After input from some of you on the Gasifier list, I decided to add a cyclone separator to try to get extra tar and condensate out of the gas stream. So I built an exact copy of the GEK cyclone separator. I have now attached all the plumbing I need in order to fire the thing up. I added a flare. I added an output pressure gage just behind the flare and a +/-12"WC differential U-tube manometer to sense differences in pressure between the middle and right hand chambers. For the first firing, I will hook it up to the stove that came with it. I don't get my generator set until the end of this month.
Ready to Go

CAD Drawing of What I think is inside the Reactor

What's in the Filter Box

I'm now ready to declare what I think is actually inside the filter box. After much poking around, measuring around corners, etc., I drew up a CAD image and I will present it below. Now that I have the machine ready to fire up, I have been able fill the lower chamber with water, to the prescribed level, and run the blower. I have watched the pressures as I did various things to restrict the input and output as might occur during realtime operation. These tests seem to confirm that I'm on the right track.
Please feel free to correct me if you find an error.

There are 3 "tanks".
The left approximately 1/3 of the filter contains the cooling water tank. That is a separate tank and holds cooling water. I suppose that if you are only using a tiny bit of gas, you may not need to constantly run cooling through it. As we received this machine, there were quarter turn valves on both the upper and lower pipe connections, but there was an open top tee on between the outlet pipe and the valve at the top. I assume that one can fill this tank by pushing water in from the bottom until it runs out the top of this tee. Then one could leave the tee open so as the water heats up, it has someplace to expand to.
If you will be using lots of gas, then I assume you will need to keep up some sort of water flow to keep the water temperature down. Cool gas is dense gas. I will attach a garden hose to the lower tank pipe and push cool water in there. I will plug the upper tee so the water will have to exit through the valve at the top to a drain hose.

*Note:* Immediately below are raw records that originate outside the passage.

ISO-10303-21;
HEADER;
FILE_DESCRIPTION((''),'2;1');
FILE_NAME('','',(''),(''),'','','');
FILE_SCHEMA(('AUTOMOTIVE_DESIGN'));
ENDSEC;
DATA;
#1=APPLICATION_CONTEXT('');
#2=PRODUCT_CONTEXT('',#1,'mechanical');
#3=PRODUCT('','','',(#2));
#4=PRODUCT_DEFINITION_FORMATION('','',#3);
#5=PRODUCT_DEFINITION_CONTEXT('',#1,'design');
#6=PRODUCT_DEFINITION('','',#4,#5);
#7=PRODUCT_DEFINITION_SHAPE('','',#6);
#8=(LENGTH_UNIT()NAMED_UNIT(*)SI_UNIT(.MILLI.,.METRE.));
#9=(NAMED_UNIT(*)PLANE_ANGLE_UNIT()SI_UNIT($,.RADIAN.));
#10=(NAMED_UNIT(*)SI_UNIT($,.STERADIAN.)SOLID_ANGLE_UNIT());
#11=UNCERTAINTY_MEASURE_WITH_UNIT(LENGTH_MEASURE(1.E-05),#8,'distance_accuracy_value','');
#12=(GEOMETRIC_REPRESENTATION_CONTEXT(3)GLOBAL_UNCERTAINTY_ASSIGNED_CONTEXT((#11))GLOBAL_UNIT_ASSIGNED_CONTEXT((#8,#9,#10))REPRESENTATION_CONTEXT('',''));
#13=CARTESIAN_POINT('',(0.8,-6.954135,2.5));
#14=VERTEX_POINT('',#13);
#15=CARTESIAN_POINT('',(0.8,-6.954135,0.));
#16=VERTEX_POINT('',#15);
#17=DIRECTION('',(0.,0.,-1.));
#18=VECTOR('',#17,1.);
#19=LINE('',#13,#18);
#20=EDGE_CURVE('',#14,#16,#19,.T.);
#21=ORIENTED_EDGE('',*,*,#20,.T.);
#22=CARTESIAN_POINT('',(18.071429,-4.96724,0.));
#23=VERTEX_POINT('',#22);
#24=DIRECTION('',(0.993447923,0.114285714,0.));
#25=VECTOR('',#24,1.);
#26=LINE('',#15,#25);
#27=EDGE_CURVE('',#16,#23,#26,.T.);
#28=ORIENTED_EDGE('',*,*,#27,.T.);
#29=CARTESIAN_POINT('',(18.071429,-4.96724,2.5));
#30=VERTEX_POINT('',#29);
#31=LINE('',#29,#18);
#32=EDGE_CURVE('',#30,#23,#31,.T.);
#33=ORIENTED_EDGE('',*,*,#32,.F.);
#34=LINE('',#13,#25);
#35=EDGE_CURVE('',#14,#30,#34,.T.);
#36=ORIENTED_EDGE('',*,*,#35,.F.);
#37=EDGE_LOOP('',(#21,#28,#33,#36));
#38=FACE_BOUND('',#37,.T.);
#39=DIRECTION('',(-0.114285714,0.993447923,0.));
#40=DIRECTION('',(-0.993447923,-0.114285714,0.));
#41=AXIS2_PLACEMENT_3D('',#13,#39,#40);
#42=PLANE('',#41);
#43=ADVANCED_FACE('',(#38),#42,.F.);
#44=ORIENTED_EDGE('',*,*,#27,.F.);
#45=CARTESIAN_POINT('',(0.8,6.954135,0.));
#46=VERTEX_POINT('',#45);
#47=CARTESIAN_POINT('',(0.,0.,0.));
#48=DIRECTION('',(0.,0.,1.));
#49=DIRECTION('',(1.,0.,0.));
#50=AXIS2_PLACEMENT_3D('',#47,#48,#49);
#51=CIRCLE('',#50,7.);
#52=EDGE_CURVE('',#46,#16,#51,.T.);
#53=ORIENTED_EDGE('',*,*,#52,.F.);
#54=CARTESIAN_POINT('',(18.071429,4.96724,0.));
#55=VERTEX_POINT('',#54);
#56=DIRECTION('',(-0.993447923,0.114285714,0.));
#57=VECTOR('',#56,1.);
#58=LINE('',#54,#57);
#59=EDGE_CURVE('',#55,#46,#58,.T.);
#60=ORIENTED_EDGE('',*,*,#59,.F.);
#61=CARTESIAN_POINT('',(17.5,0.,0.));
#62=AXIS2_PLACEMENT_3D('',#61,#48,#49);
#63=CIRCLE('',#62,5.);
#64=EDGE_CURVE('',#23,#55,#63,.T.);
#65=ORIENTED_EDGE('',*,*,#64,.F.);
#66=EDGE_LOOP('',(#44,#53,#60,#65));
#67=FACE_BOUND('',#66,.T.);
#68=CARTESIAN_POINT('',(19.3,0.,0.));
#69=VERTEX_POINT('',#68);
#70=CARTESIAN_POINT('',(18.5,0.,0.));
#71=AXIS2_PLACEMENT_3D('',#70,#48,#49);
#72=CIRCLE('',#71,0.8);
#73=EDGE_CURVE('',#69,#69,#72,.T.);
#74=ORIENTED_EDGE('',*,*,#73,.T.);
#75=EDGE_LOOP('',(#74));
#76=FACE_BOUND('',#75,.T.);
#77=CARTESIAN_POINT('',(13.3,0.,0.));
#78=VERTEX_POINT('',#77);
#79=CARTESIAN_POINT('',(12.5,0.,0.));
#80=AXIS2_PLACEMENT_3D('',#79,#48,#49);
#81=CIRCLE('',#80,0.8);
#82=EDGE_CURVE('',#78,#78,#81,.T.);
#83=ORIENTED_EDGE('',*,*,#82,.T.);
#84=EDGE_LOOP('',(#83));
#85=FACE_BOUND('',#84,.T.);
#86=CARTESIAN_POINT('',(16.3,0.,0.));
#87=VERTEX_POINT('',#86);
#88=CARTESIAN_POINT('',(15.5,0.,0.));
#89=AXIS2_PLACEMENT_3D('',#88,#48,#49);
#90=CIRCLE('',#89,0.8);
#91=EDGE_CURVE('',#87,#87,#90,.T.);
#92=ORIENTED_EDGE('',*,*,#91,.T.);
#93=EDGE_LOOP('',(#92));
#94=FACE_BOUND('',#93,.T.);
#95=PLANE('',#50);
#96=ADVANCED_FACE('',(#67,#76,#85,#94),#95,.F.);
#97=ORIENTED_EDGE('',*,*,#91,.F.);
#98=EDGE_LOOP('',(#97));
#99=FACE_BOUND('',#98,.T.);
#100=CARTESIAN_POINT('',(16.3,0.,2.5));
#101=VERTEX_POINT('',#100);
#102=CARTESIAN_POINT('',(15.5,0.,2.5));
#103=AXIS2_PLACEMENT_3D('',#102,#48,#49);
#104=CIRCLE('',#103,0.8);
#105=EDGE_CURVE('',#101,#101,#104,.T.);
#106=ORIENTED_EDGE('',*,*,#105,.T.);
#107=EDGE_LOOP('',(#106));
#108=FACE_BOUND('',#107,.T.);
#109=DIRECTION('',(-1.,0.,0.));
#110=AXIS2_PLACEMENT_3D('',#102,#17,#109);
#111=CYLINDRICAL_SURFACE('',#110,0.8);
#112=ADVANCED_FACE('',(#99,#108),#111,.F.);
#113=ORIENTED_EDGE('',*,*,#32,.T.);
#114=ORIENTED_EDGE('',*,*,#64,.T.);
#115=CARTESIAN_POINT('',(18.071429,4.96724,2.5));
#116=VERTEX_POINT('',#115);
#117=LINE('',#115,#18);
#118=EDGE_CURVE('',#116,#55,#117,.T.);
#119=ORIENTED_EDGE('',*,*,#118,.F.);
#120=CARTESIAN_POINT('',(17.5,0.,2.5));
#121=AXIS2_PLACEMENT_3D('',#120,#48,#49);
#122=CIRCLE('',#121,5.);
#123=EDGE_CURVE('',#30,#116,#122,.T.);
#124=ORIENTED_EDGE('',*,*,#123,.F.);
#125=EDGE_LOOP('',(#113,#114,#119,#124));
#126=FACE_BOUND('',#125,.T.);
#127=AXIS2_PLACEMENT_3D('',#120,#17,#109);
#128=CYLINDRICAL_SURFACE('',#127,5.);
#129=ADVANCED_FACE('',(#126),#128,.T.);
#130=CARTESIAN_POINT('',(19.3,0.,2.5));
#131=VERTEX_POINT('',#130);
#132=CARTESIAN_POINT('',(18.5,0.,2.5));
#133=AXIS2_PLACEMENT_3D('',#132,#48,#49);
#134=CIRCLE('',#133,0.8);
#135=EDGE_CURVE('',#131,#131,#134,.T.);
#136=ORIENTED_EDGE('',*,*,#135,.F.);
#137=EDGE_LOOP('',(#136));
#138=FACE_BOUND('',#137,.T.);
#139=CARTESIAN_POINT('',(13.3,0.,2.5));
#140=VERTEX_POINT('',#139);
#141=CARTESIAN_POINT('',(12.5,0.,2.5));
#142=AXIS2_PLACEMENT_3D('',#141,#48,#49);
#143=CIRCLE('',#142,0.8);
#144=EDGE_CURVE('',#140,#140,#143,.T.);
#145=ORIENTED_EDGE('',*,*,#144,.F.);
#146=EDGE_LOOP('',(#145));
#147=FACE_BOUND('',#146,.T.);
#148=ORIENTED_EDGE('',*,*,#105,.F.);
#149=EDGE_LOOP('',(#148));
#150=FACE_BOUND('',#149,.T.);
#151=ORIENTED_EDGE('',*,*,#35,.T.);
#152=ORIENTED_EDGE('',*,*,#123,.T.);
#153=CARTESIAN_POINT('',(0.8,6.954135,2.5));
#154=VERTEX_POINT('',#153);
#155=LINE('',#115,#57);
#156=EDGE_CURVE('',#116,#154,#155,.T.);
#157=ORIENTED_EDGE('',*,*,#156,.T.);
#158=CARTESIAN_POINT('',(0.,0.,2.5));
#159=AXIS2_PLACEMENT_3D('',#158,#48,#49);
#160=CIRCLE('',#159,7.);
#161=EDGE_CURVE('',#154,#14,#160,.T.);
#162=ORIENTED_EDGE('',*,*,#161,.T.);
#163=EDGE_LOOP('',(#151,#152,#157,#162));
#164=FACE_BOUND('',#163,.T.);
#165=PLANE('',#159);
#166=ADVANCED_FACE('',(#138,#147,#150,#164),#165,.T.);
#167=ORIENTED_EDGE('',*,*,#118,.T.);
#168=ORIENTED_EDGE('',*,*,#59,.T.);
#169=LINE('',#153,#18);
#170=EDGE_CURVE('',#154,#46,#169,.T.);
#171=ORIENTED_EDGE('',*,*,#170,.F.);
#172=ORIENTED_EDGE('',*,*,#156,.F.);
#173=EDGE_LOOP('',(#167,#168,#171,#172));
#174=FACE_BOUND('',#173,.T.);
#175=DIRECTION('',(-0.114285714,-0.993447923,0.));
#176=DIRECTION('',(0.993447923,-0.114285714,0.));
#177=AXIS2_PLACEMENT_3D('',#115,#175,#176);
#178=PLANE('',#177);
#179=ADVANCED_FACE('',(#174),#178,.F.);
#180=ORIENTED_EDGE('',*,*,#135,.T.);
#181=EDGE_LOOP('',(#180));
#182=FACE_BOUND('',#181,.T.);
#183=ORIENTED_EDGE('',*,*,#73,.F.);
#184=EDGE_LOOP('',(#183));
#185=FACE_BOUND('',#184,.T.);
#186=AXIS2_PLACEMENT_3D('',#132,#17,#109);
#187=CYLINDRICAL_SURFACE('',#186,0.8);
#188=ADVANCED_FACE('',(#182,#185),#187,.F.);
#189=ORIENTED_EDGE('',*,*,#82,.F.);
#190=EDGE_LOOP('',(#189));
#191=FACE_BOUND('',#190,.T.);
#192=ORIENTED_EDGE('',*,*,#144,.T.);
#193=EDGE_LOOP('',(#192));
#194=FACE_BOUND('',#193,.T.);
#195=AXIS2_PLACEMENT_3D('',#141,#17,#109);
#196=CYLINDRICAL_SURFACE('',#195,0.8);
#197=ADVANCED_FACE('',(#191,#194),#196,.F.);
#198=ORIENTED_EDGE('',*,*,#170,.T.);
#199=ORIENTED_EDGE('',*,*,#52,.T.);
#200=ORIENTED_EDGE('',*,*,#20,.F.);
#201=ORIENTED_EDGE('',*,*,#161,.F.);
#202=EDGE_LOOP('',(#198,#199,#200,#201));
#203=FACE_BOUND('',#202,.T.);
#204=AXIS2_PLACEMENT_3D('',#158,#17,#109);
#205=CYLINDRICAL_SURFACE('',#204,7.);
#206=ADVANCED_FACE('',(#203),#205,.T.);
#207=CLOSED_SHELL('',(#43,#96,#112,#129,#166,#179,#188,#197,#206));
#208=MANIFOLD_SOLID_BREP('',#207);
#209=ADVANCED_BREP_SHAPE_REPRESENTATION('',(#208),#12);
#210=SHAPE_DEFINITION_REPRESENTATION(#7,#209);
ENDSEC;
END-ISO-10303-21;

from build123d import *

# Parameters (mm, degrees)
SKETCH1_R           = 0.8
BOSS_EXTRUDE1_DEPTH = 2.5


with BuildPart() as part:
    # Sketch1 → Boss-Extrude1 (new body)
    with BuildSketch(Plane.XY):
        with BuildLine():
            Line((0.8, -6.95413546), (18.071428571, -4.967239614))
            ThreePointArc((18.071428571, -4.967239614), (22.5, 0), (18.071428571, 4.967239614))
            Line((18.071428571, 4.967239614), (0.8, 6.95413546))
            ThreePointArc((0.8, 6.95413546), (-7, 0), (0.8, -6.95413546))
        make_face()
        with Locations((12.5, 0)):
            Circle(SKETCH1_R, mode=Mode.SUBTRACT)
        with Locations((15.5, 0)):
            Circle(SKETCH1_R, mode=Mode.SUBTRACT)
        with Locations((18.5, 0)):
            Circle(SKETCH1_R, mode=Mode.SUBTRACT)
    extrude(amount=BOSS_EXTRUDE1_DEPTH)


solid = part.part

The center tank contains the blower's suction side. The right hand tank contains 3 baffles and, at the top of this tank, the "final filter" chamber. These two chambers are separated by a metal plate the extends from the top of the filter to within about 2 or 3 inches of the bottom. Water that is poured into the right hand tank through the vertical stand pipe fills both chambers. The little 1/2" diameter tube welded to the side of the standpipe is located at about the maximum level that the is to be filled to, I think.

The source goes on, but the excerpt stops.